* _DIRECTIONS FOR THIS TASK_:
Write out the data again in full, exactly as it reads.

* _DATASET_:
***
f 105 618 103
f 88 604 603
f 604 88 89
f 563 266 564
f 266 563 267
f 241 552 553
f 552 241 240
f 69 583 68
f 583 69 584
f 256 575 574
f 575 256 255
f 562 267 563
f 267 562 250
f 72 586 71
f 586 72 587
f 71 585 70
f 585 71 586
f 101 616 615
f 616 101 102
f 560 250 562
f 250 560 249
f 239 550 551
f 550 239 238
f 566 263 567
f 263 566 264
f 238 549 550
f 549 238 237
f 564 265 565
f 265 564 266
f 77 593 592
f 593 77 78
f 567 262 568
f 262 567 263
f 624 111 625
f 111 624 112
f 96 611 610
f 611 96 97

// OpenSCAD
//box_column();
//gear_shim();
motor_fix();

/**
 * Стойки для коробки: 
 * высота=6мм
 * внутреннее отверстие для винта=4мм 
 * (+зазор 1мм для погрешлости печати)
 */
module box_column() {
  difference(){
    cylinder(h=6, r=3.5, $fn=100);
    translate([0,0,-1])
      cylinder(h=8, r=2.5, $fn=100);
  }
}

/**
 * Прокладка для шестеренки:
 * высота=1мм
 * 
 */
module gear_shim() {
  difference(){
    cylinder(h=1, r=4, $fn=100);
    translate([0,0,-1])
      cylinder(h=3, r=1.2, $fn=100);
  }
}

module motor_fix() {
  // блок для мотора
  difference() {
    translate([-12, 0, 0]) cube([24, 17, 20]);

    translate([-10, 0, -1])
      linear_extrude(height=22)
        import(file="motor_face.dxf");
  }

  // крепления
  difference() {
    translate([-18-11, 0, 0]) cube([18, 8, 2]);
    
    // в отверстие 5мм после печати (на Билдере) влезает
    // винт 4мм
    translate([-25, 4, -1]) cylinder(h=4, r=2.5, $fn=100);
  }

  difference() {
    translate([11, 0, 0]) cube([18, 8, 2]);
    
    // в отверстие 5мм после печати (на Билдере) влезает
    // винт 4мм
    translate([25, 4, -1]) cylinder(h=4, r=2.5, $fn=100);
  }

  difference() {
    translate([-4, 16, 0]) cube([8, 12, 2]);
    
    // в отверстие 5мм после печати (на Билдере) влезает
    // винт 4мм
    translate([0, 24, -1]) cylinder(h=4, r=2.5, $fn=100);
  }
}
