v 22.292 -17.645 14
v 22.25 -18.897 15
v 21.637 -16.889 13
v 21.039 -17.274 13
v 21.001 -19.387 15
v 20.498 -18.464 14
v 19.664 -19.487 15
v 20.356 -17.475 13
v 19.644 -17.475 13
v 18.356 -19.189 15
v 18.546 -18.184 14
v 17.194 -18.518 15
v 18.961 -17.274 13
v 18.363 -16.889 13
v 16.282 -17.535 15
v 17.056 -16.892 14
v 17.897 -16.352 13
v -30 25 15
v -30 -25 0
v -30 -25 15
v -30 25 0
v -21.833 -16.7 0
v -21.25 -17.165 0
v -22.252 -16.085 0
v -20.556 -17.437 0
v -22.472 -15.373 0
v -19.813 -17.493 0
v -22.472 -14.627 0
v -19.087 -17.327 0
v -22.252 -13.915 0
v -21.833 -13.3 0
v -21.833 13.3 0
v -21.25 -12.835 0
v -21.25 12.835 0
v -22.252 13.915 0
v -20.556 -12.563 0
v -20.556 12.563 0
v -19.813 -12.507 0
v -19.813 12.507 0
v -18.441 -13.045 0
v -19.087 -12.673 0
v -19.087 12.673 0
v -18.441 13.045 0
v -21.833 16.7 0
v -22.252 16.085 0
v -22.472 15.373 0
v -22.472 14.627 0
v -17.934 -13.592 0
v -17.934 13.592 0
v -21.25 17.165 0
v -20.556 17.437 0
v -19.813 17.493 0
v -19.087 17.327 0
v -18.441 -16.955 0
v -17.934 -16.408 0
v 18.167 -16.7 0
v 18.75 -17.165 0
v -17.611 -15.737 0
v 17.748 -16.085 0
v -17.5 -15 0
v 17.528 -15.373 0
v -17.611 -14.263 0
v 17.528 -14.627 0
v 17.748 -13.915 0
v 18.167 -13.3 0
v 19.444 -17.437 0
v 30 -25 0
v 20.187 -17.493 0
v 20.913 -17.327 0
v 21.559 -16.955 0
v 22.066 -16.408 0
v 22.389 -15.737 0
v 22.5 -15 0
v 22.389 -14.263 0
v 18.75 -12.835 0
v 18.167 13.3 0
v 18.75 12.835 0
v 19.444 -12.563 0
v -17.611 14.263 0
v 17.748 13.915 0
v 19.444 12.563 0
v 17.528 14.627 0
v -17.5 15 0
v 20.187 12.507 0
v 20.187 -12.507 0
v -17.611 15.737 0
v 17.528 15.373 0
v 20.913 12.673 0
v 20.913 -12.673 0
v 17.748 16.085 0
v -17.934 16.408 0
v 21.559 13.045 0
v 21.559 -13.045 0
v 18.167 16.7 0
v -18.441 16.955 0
***
* _OUTPUT FOR THIS EXERCISE_:
f 105 618 103
f 88 604 603
f 604 88 89
f 563 266 564
f 266 563 267
f 241 552 553
f 552 241 240
f 69 583 68
f 583 69 584
f 256 575 574
f 575 256 255
f 562 267 563
f 267 562 250
f 72 586 71
f 586 72 587
f 71 585 70
f 585 71 586
f 101 616 615
f 616 101 102
f 560 250 562
f 250 560 249
f 239 550 551
f 550 239 238
f 566 263 567
f 263 566 264
f 238 549 550
f 549 238 237
f 564 265 565
f 265 564 266
f 77 593 592
f 593 77 78
f 567 262 568
f 262 567 263
f 624 111 625
f 111 624 112
f 96 611 610
f 611 96 97

// OpenSCAD
//box_column();
//gear_shim();
motor_fix();

/**
 * Стойки для коробки: 
 * высота=6мм
 * внутреннее отверстие для винта=4мм 
 * (+зазор 1мм для погрешлости печати)
 */
module box_column() {
  difference(){
    cylinder(h=6, r=3.5, $fn=100);
    translate([0,0,-1])
      cylinder(h=8, r=2.5, $fn=100);
  }
}

/**
 * Прокладка для шестеренки:
 * высота=1мм
 * 
 */
module gear_shim() {
  difference(){
    cylinder(h=1, r=4, $fn=100);
    translate([0,0,-1])
      cylinder(h=3, r=1.2, $fn=100);
  }
}

module motor_fix() {
  // блок для мотора
  difference() {
    translate([-12, 0, 0]) cube([24, 17, 20]);

    translate([-10, 0, -1])
      linear_extrude(height=22)
        import(file="motor_face.dxf");
  }

  // крепления
  difference() {
    translate([-18-11, 0, 0]) cube([18, 8, 2]);
    
    // в отверстие 5мм после печати (на Билдере) влезает
    // винт 4мм
    translate([-25, 4, -1]) cylinder(h=4, r=2.5, $fn=100);
  }

  difference() {
    translate([11, 0, 0]) cube([18, 8, 2]);
    
    // в отверстие 5мм после печати (на Билдере) влезает
    // винт 4мм
    translate([25, 4, -1]) cylinder(h=4, r=2.5, $fn=100);
  }

  difference() {
    translate([-4, 16, 0]) cube([8, 12, 2]);
    
    // в отверстие 5мм после печати (на Билдере) влезает
    // винт 4мм
    translate([0, 24, -1]) cylinder(h=4, r=2.5, $fn=100);
  }
}
v 22.292 -17.645 14
v 22.25 -18.897 15
v 21.637 -16.889 13
v 21.039 -17.274 13
v 21.001 -19.387 15
v 20.498 -18.464 14
v 19.664 -19.487 15
v 20.356 -17.475 13
v 19.644 -17.475 13
v 18.356 -19.189 15
v 18.546 -18.184 14
v 17.194 -18.518 15
v 18.961 -17.274 13
v 18.363 -16.889 13
v 16.282 -17.535 15
v 17.056 -16.892 14
v 17.897 -16.352 13
v -30 25 15
v -30 -25 0
v -30 -25 15
v -30 25 0
v -21.833 -16.7 0
v -21.25 -17.165 0
v -22.252 -16.085 0
v -20.556 -17.437 0
v -22.472 -15.373 0
v -19.813 -17.493 0
v -22.472 -14.627 0
v -19.087 -17.327 0
v -22.252 -13.915 0
v -21.833 -13.3 0
v -21.833 13.3 0
v -21.25 -12.835 0
v -21.25 12.835 0
v -22.252 13.915 0
v -20.556 -12.563 0
v -20.556 12.563 0
v -19.813 -12.507 0
v -19.813 12.507 0
v -18.441 -13.045 0
v -19.087 -12.673 0
v -19.087 12.673 0
v -18.441 13.045 0
v -21.833 16.7 0
v -22.252 16.085 0
v -22.472 15.373 0
v -22.472 14.627 0
v -17.934 -13.592 0
v -17.934 13.592 0
v -21.25 17.165 0
v -20.556 17.437 0
v -19.813 17.493 0
v -19.087 17.327 0
v -18.441 -16.955 0
v -17.934 -16.408 0
v 18.167 -16.7 0
v 18.75 -17.165 0
v -17.611 -15.737 0
v 17.748 -16.085 0
v -17.5 -15 0
v 17.528 -15.373 0
v -17.611 -14.263 0
v 17.528 -14.627 0
v 17.748 -13.915 0
v 18.167 -13.3 0
v 19.444 -17.437 0
v 30 -25 0
v 20.187 -17.493 0
v 20.913 -17.327 0
v 21.559 -16.955 0
v 22.066 -16.408 0
v 22.389 -15.737 0
v 22.5 -15 0
v 22.389 -14.263 0
v 18.75 -12.835 0
v 18.167 13.3 0
v 18.75 12.835 0
v 19.444 -12.563 0
v -17.611 14.263 0
v 17.748 13.915 0
v 19.444 12.563 0
v 17.528 14.627 0
v -17.5 15 0
v 20.187 12.507 0
v 20.187 -12.507 0
v -17.611 15.737 0
v 17.528 15.373 0
v 20.913 12.673 0
v 20.913 -12.673 0
v 17.748 16.085 0
v -17.934 16.408 0
v 21.559 13.045 0
v 21.559 -13.045 0
v 18.167 16.7 0
v -18.441 16.955 0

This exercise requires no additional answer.